+++ Records supplied
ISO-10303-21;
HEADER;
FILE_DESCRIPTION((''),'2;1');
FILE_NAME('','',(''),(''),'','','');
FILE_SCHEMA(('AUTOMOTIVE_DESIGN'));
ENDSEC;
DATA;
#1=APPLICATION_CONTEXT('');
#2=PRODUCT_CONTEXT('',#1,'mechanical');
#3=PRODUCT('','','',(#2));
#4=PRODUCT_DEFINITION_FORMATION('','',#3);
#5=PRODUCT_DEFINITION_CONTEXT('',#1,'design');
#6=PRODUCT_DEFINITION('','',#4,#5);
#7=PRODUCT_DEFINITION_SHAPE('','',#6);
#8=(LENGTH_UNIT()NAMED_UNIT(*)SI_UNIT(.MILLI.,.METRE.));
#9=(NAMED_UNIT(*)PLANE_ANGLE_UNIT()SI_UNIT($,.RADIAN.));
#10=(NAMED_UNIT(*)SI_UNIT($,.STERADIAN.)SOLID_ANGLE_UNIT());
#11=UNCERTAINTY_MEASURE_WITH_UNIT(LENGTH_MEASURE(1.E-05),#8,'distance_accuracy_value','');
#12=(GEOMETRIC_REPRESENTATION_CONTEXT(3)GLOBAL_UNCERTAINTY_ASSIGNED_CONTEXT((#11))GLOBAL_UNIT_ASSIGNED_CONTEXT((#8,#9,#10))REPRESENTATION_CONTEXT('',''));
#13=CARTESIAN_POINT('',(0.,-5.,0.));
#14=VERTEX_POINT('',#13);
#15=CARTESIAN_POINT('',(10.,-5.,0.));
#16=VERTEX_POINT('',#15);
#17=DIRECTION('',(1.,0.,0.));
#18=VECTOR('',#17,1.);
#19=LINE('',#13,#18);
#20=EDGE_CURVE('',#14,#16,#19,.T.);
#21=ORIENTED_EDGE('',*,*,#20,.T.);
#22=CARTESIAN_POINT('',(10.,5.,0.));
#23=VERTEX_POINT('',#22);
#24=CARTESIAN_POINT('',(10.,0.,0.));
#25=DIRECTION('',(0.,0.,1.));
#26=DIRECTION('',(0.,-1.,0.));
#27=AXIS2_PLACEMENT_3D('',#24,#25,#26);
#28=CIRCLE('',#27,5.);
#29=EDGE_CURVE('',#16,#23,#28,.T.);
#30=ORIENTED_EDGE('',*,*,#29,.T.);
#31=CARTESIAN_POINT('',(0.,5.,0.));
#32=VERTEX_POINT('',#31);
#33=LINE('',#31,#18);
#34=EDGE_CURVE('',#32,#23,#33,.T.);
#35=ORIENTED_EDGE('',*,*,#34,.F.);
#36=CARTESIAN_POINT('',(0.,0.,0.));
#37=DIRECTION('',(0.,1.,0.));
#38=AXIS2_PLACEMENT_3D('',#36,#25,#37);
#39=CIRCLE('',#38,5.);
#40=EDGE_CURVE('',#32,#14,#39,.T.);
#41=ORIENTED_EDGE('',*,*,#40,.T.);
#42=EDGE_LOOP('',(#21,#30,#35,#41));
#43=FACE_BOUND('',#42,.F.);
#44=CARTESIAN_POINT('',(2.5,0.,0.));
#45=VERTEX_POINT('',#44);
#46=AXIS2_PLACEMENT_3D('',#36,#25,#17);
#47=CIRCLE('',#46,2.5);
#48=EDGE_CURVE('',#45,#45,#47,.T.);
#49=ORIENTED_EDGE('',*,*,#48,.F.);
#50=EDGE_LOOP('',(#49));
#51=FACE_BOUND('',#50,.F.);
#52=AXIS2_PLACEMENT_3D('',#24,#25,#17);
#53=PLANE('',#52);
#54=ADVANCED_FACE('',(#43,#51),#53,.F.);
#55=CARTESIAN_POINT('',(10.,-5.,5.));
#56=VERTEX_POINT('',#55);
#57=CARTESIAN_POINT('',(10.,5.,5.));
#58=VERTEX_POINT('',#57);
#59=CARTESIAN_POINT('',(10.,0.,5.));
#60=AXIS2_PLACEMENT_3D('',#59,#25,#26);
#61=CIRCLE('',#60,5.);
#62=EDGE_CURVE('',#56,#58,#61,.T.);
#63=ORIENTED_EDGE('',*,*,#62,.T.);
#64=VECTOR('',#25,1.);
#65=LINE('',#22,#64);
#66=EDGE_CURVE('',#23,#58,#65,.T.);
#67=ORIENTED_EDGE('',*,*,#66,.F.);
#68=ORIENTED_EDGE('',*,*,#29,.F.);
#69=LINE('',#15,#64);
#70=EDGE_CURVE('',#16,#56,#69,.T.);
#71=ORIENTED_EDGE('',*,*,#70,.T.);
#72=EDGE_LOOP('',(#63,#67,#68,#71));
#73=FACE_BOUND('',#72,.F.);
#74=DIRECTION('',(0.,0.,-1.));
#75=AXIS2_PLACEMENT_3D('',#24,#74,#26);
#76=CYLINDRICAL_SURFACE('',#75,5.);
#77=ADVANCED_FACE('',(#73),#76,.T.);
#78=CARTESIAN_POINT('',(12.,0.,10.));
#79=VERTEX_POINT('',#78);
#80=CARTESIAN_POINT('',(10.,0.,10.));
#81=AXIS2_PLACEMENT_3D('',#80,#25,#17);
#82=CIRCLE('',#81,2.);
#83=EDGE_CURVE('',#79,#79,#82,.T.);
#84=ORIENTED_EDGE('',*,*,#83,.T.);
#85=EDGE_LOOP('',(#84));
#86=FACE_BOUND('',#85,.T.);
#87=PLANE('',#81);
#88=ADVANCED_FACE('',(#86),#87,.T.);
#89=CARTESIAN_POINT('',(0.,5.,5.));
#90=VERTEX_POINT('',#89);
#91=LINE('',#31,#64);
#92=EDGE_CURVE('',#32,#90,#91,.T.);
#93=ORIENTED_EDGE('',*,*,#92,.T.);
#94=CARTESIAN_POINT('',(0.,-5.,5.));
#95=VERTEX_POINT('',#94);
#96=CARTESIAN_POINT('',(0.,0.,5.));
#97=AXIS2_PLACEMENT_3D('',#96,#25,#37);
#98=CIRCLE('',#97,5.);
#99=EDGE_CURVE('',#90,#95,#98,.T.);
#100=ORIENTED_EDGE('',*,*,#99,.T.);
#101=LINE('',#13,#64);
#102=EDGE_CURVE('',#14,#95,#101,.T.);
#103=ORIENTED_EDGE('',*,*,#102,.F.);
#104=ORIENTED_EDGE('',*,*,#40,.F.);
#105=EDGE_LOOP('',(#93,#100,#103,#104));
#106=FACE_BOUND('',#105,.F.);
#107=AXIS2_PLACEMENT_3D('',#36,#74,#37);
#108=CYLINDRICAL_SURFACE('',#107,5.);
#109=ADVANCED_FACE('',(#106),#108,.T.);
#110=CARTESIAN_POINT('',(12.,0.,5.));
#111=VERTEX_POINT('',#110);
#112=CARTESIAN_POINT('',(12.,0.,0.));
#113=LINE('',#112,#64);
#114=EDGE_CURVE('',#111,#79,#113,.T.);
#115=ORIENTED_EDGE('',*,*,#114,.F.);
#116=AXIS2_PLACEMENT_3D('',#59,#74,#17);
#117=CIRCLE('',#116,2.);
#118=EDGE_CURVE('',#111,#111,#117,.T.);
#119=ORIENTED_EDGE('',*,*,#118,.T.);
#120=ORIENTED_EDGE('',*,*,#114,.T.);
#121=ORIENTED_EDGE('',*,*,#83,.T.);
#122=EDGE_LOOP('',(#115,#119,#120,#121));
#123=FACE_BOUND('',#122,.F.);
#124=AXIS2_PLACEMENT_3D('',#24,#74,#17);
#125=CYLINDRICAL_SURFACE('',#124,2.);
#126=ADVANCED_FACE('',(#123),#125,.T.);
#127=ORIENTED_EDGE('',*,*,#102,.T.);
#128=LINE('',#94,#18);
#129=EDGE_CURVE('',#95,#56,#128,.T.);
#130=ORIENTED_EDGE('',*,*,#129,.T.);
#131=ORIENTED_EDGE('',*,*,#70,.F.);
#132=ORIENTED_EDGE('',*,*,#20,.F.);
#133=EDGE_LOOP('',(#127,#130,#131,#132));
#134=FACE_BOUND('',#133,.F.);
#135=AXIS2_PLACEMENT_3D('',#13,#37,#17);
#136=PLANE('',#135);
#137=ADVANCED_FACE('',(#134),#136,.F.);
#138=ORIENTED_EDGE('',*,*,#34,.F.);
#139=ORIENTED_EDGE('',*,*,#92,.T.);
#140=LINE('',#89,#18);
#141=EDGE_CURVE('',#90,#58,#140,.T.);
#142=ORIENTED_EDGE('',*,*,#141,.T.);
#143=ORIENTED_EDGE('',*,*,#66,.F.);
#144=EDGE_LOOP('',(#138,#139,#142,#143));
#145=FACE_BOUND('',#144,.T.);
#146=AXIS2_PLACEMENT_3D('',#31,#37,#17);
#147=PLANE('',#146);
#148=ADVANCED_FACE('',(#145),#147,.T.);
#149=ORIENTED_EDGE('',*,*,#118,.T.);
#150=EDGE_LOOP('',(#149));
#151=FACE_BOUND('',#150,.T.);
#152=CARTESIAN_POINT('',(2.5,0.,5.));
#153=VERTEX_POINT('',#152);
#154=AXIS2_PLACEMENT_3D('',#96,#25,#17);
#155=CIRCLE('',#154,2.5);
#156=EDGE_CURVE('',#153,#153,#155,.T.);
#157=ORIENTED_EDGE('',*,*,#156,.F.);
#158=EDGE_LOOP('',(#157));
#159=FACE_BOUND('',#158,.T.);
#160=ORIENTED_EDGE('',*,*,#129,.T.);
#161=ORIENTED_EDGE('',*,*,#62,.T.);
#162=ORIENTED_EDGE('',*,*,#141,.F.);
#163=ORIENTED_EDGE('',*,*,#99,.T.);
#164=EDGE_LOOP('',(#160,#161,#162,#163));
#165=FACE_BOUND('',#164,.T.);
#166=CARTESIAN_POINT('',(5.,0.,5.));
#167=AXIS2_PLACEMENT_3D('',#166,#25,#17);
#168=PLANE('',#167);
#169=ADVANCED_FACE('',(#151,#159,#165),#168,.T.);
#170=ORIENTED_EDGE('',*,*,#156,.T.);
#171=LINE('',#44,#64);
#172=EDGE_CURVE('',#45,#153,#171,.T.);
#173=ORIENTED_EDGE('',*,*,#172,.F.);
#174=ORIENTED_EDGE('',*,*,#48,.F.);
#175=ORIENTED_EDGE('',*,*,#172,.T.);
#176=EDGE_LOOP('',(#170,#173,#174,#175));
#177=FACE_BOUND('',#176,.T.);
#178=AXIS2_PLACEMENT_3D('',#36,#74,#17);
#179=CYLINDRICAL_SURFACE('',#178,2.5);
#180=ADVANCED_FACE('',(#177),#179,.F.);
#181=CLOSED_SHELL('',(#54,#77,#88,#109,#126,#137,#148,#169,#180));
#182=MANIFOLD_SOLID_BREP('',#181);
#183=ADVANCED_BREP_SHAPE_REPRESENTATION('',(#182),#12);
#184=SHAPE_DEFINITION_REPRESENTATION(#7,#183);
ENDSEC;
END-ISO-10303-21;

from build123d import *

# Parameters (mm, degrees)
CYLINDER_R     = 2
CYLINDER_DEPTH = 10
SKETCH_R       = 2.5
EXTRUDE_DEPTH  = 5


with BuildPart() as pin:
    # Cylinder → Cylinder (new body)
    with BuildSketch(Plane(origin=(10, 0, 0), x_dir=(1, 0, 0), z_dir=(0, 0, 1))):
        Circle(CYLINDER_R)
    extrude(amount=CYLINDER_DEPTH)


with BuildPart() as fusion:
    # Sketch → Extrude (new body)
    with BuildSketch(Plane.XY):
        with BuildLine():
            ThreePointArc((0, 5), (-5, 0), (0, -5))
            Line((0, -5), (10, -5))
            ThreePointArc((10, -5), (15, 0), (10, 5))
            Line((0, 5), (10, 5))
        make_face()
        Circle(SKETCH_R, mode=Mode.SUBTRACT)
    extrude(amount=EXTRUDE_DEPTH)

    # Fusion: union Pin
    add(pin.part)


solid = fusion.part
++++++
◆ Exercise directions
Extract from the records above the lines from the one containing "#37=DIRECTION('',(0.,1.,0.));" to the one containing "#58=VERTEX_POINT('',#57);", both lines included, exactly as they appear and with nothing else.

◆ Result for this task
#37=DIRECTION('',(0.,1.,0.));
#38=AXIS2_PLACEMENT_3D('',#36,#25,#37);
#39=CIRCLE('',#38,5.);
#40=EDGE_CURVE('',#32,#14,#39,.T.);
#41=ORIENTED_EDGE('',*,*,#40,.T.);
#42=EDGE_LOOP('',(#21,#30,#35,#41));
#43=FACE_BOUND('',#42,.F.);
#44=CARTESIAN_POINT('',(2.5,0.,0.));
#45=VERTEX_POINT('',#44);
#46=AXIS2_PLACEMENT_3D('',#36,#25,#17);
#47=CIRCLE('',#46,2.5);
#48=EDGE_CURVE('',#45,#45,#47,.T.);
#49=ORIENTED_EDGE('',*,*,#48,.F.);
#50=EDGE_LOOP('',(#49));
#51=FACE_BOUND('',#50,.F.);
#52=AXIS2_PLACEMENT_3D('',#24,#25,#17);
#53=PLANE('',#52);
#54=ADVANCED_FACE('',(#43,#51),#53,.F.);
#55=CARTESIAN_POINT('',(10.,-5.,5.));
#56=VERTEX_POINT('',#55);
#57=CARTESIAN_POINT('',(10.,5.,5.));
#58=VERTEX_POINT('',#57);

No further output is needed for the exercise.